Originally Posted by *swimswamswum* 
I have a real problem finding ethical work clothes.


Your problem is solved.









Their clothes are beautiful, professional, elegant, made well, inexpensive, and _very_ cool.

And their customer service is excellent.

And they are all about fair trade and empowering women.

I love this place. Can't you tell?


----------



## swimswamswum

Thanks. I'm not sure it's my style, but there were some beautiful pieces there and the company sounds great.


----------



## merpk

Quote:


Their clothes are beautiful, professional, elegant, made well, inexpensive, and _very_ cool.

And their customer service is excellent.

And they are all about fair trade and empowering women.

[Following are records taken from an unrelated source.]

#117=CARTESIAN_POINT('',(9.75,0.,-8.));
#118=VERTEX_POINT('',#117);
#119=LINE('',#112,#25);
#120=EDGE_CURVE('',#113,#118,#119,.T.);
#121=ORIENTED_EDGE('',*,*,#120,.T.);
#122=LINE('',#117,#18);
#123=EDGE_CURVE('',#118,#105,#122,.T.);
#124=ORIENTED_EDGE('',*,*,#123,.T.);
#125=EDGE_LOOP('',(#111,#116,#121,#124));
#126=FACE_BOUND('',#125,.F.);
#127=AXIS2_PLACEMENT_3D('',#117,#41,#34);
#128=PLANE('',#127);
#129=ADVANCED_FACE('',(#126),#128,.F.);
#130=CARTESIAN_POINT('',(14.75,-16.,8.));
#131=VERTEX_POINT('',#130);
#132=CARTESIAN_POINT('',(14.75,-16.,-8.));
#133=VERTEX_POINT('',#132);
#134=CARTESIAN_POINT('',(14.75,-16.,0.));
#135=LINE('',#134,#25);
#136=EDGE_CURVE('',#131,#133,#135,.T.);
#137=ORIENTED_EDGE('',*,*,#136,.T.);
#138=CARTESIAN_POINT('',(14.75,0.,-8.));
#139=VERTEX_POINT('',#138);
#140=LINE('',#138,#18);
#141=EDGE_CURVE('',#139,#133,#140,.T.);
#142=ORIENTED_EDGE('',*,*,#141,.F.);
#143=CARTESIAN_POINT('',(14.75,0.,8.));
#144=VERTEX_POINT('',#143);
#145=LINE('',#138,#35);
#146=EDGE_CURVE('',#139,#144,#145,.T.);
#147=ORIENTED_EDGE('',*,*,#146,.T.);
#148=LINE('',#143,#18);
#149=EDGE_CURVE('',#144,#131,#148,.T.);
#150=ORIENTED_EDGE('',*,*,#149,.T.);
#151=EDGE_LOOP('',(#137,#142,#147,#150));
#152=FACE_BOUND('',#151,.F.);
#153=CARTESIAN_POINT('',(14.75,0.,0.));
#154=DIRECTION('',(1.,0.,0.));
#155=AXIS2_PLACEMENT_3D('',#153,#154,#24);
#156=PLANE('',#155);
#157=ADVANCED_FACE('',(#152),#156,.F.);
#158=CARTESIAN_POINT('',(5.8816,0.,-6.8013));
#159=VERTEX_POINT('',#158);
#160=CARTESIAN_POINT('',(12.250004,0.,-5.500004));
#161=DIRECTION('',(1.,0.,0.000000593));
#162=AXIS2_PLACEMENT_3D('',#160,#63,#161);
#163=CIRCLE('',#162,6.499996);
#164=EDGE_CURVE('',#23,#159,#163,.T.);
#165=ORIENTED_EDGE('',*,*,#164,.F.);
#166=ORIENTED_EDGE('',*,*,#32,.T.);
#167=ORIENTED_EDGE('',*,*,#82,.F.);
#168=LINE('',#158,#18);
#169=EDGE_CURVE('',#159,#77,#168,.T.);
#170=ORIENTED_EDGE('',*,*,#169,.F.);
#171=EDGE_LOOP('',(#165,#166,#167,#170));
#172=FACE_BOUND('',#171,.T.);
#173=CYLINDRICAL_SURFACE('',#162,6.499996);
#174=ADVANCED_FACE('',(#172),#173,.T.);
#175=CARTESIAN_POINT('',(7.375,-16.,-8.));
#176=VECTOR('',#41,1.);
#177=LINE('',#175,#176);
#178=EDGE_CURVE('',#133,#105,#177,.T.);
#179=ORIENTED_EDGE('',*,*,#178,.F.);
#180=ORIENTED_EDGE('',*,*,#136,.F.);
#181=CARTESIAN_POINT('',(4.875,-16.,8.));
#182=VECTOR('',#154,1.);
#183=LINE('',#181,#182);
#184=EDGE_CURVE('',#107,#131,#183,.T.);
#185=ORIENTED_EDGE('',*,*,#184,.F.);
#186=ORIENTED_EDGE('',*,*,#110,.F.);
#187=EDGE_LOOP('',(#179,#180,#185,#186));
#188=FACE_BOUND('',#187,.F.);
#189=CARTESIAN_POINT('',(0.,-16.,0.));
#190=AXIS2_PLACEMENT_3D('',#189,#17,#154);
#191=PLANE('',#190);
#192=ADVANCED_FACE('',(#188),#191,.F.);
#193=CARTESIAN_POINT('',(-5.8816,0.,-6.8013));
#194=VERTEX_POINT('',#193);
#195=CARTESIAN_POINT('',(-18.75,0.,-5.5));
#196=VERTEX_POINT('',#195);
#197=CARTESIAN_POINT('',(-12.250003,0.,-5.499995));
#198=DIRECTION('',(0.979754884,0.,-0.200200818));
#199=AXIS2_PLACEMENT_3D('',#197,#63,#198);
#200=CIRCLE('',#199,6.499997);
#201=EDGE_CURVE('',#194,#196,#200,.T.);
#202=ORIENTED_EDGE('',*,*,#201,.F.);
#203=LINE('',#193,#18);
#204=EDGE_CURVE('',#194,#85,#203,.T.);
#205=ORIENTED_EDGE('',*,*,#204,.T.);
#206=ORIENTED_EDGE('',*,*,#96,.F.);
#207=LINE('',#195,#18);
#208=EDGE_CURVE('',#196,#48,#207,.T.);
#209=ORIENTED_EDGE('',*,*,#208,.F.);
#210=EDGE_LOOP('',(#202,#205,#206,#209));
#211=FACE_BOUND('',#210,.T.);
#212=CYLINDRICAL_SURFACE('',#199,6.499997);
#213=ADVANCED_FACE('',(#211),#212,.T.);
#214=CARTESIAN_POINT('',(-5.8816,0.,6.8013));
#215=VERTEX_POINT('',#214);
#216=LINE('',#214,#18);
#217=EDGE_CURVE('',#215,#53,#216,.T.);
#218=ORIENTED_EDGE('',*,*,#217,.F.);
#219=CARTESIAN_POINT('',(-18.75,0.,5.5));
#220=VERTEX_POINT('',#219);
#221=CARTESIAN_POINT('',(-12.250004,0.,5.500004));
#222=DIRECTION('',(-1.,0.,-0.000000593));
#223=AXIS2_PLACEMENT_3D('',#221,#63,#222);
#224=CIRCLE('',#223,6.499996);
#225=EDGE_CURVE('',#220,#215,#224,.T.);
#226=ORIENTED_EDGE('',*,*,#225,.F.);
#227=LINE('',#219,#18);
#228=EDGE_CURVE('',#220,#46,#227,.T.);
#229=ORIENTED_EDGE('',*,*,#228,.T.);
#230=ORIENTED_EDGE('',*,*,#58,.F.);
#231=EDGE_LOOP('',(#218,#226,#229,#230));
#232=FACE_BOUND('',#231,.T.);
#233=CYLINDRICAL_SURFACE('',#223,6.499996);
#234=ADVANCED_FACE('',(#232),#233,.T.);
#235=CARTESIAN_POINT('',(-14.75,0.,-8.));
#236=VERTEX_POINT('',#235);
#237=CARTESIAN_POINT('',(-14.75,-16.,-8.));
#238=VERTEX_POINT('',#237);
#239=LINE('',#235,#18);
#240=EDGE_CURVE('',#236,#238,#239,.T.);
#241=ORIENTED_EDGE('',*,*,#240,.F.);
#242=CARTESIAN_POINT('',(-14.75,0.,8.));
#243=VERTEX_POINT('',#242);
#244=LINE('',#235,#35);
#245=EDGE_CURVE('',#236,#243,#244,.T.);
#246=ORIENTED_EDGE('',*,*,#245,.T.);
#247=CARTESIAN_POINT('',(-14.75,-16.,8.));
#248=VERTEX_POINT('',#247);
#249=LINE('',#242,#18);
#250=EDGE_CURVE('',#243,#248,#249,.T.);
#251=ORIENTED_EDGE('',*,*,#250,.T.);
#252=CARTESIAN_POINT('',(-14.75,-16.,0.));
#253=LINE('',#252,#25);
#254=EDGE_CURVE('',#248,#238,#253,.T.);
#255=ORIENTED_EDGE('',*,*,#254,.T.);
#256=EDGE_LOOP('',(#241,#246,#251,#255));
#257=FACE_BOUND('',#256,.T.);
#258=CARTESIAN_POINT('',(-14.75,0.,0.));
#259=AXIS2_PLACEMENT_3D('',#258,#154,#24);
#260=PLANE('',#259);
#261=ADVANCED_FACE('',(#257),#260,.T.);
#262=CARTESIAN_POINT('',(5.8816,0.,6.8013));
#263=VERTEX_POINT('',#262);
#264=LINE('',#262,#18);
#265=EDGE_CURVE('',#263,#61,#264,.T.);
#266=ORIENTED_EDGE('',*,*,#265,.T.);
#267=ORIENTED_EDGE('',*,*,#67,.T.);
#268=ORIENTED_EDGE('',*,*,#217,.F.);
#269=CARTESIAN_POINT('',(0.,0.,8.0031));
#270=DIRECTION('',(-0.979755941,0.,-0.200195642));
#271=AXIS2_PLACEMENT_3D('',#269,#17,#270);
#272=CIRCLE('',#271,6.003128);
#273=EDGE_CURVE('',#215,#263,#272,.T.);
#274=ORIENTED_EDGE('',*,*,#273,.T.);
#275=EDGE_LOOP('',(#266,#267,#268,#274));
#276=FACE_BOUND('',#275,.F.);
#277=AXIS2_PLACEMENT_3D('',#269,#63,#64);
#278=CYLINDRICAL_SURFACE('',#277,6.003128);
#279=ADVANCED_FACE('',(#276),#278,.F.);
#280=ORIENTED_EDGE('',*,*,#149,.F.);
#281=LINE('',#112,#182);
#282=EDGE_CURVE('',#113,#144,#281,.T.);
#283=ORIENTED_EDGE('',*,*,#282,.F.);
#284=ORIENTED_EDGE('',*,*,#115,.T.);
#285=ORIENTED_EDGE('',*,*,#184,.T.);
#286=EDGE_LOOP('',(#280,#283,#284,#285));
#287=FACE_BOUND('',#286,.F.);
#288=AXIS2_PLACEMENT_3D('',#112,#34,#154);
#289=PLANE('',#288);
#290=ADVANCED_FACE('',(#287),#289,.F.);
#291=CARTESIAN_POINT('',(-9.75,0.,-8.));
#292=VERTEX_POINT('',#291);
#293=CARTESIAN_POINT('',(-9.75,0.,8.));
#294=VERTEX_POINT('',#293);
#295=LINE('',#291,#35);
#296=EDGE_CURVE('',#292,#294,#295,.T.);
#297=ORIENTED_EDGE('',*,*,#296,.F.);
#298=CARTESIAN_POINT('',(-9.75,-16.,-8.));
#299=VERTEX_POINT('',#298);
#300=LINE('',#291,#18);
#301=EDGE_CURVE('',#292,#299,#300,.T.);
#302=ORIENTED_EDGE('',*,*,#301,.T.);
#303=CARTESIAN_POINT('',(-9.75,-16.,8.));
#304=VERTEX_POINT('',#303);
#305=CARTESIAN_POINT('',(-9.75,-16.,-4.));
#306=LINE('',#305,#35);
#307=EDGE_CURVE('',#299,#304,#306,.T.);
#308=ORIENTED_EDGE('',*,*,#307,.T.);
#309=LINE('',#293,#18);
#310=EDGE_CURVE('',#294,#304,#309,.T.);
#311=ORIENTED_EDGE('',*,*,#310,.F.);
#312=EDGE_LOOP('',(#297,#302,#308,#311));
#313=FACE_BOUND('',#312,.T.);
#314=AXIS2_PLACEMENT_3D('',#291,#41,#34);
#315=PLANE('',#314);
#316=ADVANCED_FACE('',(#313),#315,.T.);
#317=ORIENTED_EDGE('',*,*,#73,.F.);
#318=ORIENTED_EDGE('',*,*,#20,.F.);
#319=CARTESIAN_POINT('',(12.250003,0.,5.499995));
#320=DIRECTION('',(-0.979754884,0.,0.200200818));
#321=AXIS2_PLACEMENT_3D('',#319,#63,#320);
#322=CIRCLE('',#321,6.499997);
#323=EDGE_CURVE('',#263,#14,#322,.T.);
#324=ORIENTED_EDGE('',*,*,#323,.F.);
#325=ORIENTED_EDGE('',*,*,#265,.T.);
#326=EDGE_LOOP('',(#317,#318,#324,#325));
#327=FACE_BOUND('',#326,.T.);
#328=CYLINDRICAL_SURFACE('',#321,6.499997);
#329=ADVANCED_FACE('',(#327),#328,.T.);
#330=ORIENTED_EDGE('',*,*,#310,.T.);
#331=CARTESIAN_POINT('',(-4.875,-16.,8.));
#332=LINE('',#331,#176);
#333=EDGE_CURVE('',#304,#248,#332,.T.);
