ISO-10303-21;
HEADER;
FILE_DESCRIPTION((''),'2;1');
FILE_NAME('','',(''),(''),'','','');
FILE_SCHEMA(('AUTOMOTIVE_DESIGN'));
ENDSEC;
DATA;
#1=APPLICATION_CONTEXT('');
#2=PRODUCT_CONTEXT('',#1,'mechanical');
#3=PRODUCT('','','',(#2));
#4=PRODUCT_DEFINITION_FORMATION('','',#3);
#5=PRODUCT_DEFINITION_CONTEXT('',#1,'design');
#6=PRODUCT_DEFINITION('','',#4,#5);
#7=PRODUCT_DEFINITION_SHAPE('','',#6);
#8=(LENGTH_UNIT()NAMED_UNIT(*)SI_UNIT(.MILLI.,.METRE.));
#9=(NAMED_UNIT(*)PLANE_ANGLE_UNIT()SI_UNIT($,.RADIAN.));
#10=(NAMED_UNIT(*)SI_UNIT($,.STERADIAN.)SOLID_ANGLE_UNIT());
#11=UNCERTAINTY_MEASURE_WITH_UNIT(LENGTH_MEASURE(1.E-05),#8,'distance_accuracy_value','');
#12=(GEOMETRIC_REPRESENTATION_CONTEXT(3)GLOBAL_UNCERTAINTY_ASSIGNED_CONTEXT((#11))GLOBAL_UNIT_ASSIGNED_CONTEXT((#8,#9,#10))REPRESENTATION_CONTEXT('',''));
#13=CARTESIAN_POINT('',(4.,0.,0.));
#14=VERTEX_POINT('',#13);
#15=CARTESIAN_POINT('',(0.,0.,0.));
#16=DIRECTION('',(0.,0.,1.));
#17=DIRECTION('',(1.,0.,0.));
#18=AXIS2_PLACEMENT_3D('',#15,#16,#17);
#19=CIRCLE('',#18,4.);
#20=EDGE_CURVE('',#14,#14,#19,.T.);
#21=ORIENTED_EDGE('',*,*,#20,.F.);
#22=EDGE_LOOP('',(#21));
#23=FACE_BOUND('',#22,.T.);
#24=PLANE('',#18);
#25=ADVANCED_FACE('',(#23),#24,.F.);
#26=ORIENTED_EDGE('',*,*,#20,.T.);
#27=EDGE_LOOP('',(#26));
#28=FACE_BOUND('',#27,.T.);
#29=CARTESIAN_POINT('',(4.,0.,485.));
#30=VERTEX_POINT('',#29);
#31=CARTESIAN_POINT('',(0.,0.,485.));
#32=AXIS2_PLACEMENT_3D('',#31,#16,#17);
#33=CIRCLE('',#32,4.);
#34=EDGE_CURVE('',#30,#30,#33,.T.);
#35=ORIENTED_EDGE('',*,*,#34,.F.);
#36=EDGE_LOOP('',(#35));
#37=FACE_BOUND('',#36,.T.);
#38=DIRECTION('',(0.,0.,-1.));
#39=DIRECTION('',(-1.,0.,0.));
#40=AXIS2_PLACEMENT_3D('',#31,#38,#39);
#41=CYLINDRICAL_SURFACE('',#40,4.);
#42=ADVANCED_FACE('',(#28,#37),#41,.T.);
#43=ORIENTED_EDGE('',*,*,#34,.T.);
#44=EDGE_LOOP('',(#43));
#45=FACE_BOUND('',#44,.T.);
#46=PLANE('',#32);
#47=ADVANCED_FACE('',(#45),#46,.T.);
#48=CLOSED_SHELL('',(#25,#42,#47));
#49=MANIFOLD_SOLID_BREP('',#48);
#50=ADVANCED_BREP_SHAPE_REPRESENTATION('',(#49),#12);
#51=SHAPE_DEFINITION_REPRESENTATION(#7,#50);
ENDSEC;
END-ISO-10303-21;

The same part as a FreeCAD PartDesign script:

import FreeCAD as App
import Part
import Sketcher
from FreeCAD import Vector

doc = App.newDocument("Part")
body = doc.addObject("PartDesign::Body", "Body")

# Sketch on XY plane
sketch1 = body.newObject("Sketcher::SketchObject", "Sketch")
sketch1.AttachmentSupport = (doc.getObject("XY_Plane"), [""])
sketch1.MapMode = "FlatFace"
sketch1.addGeometry(Part.Circle(Vector(0, 0, 0), Vector(0, 0, 1), 4), False)
sketch1.addConstraint(Sketcher.Constraint("Coincident", 0, 3, -1, 1))
sketch1.addConstraint(Sketcher.Constraint("Diameter", 0, 8.0))
pad1 = body.newObject("PartDesign::Pad", "Pad")
pad1.Profile = sketch1
pad1.Length = 485

doc.recompute()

I love this place. Can't you tell?









Bumping in honor of the start of the gift-buying season on the other side of the pond ...


----------



## amyleigh33

Quote:


Originally Posted by *swimswamswum* 

Here's a link from a google search. I think they make the ad buster shoe. . .
http://nosweatapparel.com/
http://www.newdream.org/consumer/clothing.php


I don't know who made the Adbuster shoe Ver. 1 but I don't think it was No Sweat, however Vegetarian Shoes (http://www.vegetarian-shoes.co.uk; or US Supplier MooShoes www.mooshoes.com) makes the Ver. 2

Personally, I think the most ethical place to buy clothes is at a thrift or consignment shop. After that, the places mentioned that I know are good (No Sweat, American Apparel) are there, you can also try SpiritStream hemp, HTNaturals (formerly HempTown)...

Has someone already mentioned the greenpeople.org search engine?

hmm... I got a lot of my clothes from local designers at a local store. Pricey, but I don't feel the need to have a lot of clothes so 1 $30 shirt does me as good as 5 Wal-Mart shirts would.

I'm gonna keep thinking about this and post more companies when I think of them. I am sure I know of more.


----------